▶ [Your goal]: The output is the lines below from the one with "face PLANE(AX(P(-65,0,55),D(0,0,1),D(0,1,0))) rev" through the one with "The same part", both included, printed exactly and with no other line.

▶ [Source material]:
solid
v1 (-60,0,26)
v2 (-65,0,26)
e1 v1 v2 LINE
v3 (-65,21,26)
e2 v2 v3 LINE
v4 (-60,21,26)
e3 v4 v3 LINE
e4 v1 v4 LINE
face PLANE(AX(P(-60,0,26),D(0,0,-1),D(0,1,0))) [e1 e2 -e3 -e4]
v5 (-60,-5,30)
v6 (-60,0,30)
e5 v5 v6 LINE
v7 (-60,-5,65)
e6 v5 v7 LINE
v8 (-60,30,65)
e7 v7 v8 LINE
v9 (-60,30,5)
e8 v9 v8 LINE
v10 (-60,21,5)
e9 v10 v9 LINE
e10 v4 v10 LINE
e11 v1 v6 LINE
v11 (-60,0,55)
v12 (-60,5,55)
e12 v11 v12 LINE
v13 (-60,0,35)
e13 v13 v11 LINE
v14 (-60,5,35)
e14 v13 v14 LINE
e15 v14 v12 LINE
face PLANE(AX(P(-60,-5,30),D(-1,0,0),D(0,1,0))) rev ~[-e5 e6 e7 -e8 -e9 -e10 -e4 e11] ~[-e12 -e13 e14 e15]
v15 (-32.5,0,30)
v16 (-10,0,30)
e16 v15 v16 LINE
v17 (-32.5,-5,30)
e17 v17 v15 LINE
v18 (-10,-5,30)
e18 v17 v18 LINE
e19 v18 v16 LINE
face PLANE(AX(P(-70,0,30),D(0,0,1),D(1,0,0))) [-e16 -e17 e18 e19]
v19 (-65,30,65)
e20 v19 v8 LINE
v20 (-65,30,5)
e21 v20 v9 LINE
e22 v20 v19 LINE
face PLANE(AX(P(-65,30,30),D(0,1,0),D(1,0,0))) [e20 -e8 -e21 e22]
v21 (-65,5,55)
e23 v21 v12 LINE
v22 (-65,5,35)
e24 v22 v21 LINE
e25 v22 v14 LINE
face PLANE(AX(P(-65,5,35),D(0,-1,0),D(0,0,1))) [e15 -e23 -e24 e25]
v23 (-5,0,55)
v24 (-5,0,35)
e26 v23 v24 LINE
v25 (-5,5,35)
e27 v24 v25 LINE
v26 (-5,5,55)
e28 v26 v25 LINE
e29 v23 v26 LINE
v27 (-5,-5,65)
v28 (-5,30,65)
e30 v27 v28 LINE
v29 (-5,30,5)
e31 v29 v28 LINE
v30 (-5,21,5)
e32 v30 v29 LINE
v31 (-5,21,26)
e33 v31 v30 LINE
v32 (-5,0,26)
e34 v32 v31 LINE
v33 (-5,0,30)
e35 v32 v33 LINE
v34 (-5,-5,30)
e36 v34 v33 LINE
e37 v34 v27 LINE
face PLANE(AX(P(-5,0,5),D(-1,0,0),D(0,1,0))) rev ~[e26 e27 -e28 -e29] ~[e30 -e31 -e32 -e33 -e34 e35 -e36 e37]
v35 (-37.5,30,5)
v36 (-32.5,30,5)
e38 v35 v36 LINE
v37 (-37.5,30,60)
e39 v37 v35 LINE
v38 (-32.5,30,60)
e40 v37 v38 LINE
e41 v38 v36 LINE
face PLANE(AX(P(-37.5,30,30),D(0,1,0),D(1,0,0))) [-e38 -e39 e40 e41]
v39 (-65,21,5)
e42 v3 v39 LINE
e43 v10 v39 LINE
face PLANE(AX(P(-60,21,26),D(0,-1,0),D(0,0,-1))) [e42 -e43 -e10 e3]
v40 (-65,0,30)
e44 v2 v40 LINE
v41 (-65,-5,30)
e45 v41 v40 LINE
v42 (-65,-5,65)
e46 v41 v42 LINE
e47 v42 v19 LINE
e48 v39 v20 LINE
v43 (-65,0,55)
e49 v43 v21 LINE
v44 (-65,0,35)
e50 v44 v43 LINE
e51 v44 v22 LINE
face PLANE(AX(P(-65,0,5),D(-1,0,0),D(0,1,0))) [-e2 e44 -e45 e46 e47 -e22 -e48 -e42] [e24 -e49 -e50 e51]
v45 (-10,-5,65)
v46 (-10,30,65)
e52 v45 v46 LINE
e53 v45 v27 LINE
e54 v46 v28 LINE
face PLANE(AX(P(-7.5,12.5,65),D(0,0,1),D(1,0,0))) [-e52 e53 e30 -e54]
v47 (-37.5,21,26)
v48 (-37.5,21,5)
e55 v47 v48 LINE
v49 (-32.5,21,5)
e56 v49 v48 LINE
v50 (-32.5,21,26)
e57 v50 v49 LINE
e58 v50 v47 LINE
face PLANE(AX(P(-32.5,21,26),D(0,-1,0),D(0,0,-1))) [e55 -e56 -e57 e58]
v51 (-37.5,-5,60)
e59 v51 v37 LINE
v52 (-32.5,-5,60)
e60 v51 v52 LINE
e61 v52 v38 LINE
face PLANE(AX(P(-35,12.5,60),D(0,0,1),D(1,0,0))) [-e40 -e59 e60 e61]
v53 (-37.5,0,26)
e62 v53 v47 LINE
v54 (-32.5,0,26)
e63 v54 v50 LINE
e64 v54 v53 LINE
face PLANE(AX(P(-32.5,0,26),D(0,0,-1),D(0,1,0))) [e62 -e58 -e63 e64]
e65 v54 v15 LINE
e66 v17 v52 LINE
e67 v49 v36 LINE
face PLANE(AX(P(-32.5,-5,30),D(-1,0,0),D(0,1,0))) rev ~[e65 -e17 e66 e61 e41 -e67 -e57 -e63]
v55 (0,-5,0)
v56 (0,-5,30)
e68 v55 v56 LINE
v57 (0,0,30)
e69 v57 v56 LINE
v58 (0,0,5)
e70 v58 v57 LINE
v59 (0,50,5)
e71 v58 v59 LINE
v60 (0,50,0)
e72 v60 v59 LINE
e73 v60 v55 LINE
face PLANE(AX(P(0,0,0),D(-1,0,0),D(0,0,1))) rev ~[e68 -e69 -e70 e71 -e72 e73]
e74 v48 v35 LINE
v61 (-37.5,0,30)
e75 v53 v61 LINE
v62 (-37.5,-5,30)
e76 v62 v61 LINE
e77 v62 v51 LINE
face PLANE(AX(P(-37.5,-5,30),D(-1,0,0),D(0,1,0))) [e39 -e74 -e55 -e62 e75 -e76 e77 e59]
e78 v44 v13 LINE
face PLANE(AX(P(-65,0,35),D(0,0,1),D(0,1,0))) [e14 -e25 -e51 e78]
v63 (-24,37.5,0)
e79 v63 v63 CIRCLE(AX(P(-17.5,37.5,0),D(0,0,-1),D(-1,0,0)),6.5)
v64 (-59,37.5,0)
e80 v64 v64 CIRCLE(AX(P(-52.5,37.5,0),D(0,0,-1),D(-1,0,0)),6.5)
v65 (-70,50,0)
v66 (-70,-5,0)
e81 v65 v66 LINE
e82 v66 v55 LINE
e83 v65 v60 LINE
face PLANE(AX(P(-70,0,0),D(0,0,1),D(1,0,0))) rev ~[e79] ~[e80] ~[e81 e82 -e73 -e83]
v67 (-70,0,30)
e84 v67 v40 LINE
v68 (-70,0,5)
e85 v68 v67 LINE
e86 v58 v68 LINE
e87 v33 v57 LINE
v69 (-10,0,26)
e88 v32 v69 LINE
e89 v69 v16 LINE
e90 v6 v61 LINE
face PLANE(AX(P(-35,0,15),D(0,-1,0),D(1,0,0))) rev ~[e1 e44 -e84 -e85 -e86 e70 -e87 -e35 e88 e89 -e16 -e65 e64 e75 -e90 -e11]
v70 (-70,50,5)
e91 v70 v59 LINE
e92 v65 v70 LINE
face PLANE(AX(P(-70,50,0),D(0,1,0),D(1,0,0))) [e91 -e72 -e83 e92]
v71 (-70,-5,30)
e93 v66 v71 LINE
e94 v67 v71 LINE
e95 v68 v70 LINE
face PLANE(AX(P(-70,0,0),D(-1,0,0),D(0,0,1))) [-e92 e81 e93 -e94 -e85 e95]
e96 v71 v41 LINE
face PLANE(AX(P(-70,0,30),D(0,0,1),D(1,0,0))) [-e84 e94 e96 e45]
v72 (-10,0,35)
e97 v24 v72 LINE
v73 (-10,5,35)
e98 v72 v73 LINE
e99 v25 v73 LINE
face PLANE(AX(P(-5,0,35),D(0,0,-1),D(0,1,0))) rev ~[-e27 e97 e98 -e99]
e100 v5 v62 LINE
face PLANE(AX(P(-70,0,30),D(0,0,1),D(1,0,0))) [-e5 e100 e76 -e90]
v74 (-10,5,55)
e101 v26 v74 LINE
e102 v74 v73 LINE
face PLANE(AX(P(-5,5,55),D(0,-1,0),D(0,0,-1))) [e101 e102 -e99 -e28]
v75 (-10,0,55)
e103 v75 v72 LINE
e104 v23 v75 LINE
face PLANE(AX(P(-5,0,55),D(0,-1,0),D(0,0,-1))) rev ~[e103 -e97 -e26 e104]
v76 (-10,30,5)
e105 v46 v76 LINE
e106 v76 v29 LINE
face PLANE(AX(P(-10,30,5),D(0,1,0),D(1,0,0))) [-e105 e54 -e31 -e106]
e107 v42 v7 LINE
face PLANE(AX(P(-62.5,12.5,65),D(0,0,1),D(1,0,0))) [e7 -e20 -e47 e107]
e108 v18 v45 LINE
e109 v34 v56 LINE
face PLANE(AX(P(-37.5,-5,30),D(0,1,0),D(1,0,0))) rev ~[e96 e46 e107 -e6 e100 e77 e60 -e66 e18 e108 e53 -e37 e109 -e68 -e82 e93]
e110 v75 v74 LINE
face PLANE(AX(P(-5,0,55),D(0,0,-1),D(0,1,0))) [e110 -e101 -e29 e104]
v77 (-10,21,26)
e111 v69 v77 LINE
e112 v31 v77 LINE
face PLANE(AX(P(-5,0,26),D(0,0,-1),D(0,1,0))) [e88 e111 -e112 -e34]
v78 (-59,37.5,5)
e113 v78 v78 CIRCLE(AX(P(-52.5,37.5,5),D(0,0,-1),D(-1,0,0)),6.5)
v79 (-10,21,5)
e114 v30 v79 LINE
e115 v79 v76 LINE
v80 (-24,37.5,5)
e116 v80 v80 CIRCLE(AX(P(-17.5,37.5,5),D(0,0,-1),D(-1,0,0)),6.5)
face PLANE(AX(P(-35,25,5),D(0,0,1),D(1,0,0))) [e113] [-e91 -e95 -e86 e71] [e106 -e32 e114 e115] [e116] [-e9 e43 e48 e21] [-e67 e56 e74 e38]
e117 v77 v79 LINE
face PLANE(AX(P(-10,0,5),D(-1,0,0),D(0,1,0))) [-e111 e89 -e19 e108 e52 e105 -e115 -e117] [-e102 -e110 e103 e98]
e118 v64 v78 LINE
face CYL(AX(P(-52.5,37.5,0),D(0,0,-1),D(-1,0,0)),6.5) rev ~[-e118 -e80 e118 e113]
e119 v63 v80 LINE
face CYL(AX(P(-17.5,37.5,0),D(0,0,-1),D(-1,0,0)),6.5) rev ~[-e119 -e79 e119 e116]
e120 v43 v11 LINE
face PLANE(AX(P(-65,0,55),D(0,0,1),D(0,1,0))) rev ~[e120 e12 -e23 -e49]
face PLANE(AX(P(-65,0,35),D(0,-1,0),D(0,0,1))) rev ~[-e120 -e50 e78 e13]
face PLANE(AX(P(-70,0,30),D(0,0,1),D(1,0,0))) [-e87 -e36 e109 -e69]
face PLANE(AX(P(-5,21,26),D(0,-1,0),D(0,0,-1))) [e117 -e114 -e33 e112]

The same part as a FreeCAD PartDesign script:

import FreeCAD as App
import Part
import Sketcher

V = App.Vector


def add_polygon(sketch, points):
    """Adds a closed chain of lines whose ends are joined by coincident constraints."""
    first, n = sketch.GeometryCount, len(points)
    for a, b in zip(points, points[1:] + points[:1]):
        sketch.addGeometry(Part.LineSegment(App.Vector(*a, 0), App.Vector(*b, 0)), False)
    for i in range(n):
        sketch.addConstraint(Sketcher.Constraint("Coincident", first + i, 2, first + (i + 1) % n, 1))

doc = App.newDocument("Part")
params = doc.addObject("Spreadsheet::Sheet", "Params")
for row, (alias, value) in enumerate([
    ("sketch1_width", "70 mm"),
    ("sketch1_height", "50 mm"),
    ("pad1_length", "5 mm"),
    ("sketch2_width", "5 mm"),
    ("sketch2_height", "30 mm"),
    ("pad2_length", "25 mm"),
    ("sketch3_width", "21 mm"),
    ("pocket1_length", "5 mm"),
    ("sketch4_width", "21 mm"),
    ("pocket2_length", "5 mm"),
    ("sketch5_width", "21 mm"),
    ("pocket3_length", "5 mm"),
    ("sketch6_width", "70 mm"),
    ("sketch6_height", "30 mm"),
    ("pad3_length", "5 mm"),
    ("sketch7_width", "5 mm"),
    ("sketch7_height", "35 mm"),
    ("pad4_length", "35 mm"),
    ("sketch8_diameter", "13 mm"),
    ("pocket4_length", "5 mm"),
    ("sketch9_width", "5 mm"),
    ("sketch9_height", "35 mm"),
    ("pocket5_length", "5 mm"),
    ("sketch10_width", "5 mm"),
    ("sketch10_height", "20 mm"),
    ("pocket6_length", "5 mm"),
    ("sketch11_width", "5 mm"),
    ("sketch11_height", "20 mm"),
    ("pocket7_length", "5 mm"),
], start=1):
    params.set(f"A{row}", alias)
    params.set(f"B{row}", "=" + value)
    params.setAlias(f"B{row}", alias)

body = doc.addObject("PartDesign::Body", "Body")

# Sketch on XY plane
sketch1 = doc.addObject("Sketcher::SketchObject", "Sketch")
body.addObject(sketch1)
sketch1.AttachmentSupport = (doc.XY_Plane, [""])
sketch1.MapMode = "FlatFace"
add_polygon(sketch1, [(-70, 50), (-70, 0), (0, 0), (0, 50)])  # lines 0-3
sketch1.addConstraint([
    Sketcher.Constraint("Vertical", 0),
    Sketcher.Constraint("Horizontal", 1),
    Sketcher.Constraint("Vertical", 2),
    Sketcher.Constraint("Horizontal", 3),
    Sketcher.Constraint("Coincident", 1, 2, -1, 1),
    Sketcher.Constraint("DistanceX", 1, 1, 1, 2, 70.0),
    Sketcher.Constraint("DistanceY", 0, 2, 0, 1, 50.0),
])
sketch1.setExpression("Constraints[9]", "Params.sketch1_width")
sketch1.setExpression("Constraints[10]", "Params.sketch1_height")
pad1 = doc.addObject("PartDesign::Pad", "Pad")
body.addObject(pad1)
pad1.Profile = sketch1
pad1.setExpression("Length", "Params.pad1_length")

# Sketch on XY plane
sketch2 = doc.addObject("Sketcher::SketchObject", "Sketch001")
body.addObject(sketch2)
sketch2.AttachmentSupport = (doc.XY_Plane, [""])
sketch2.MapMode = "FlatFace"
sketch2.AttachmentOffset = App.Placement(V(0, 0, 5), App.Rotation())
add_polygon(sketch2, [(-65, 30), (-65, 0), (-60, 0), (-60, 30)])  # lines 0-3
add_polygon(sketch2, [(-38, 30), (-38, 0), (-32, 0), (-32, 30)])  # lines 4-7
add_polygon(sketch2, [(-10, 30), (-10, 0), (-5, 0), (-5, 30)])  # lines 8-11
sketch2.addConstraint([
    Sketcher.Constraint("Vertical", 0),
    Sketcher.Constraint("Horizontal", 1),
    Sketcher.Constraint("Vertical", 2),
    Sketcher.Constraint("Horizontal", 3),
    Sketcher.Constraint("Vertical", 4),
    Sketcher.Constraint("Horizontal", 5),
    Sketcher.Constraint("Vertical", 6),
    Sketcher.Constraint("Horizontal", 7),
    Sketcher.Constraint("Vertical", 8),
    Sketcher.Constraint("Horizontal", 9),
    Sketcher.Constraint("Vertical", 10),
    Sketcher.Constraint("Horizontal", 11),
    Sketcher.Constraint("PointOnObject", 0, 2, -1),
    Sketcher.Constraint("PointOnObject", 4, 2, -1),
    Sketcher.Constraint("PointOnObject", 8, 2, -1),
    Sketcher.Constraint("Horizontal", 3, 2, 6, 2),
    Sketcher.Constraint("Horizontal", 7, 2, 10, 2),
    Sketcher.Constraint("Equal", 3, 5),
    Sketcher.Constraint("Equal", 7, 9),
    Sketcher.Constraint("DistanceX", 1, 1, 1, 2, 5.0),
    Sketcher.Constraint("DistanceY", 0, 2, 0, 1, 30.0),
    Sketcher.Constraint("DistanceX", 0, 2, -1, 1, 65.0),
    Sketcher.Constraint("DistanceX", 8, 2, -1, 1, 10.0),
    Sketcher.Constraint("DistanceX", 4, 2, -1, 1, 37.5),
])
sketch2.setExpression("Constraints[31]", "Params.sketch2_width")
sketch2.setExpression("Constraints[32]", "Params.sketch2_height")
pad2 = doc.addObject("PartDesign::Pad", "Pad001")
body.addObject(pad2)
pad2.Profile = sketch2
pad2.setExpression("Length", "Params.pad2_length")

▶ [Solution for this task]:
face PLANE(AX(P(-65,0,55),D(0,0,1),D(0,1,0))) rev ~[e120 e12 -e23 -e49]
face PLANE(AX(P(-65,0,35),D(0,-1,0),D(0,0,1))) rev ~[-e120 -e50 e78 e13]
face PLANE(AX(P(-70,0,30),D(0,0,1),D(1,0,0))) [-e87 -e36 e109 -e69]
face PLANE(AX(P(-5,21,26),D(0,-1,0),D(0,0,-1))) [e117 -e114 -e33 e112]

The same part as a FreeCAD PartDesign script:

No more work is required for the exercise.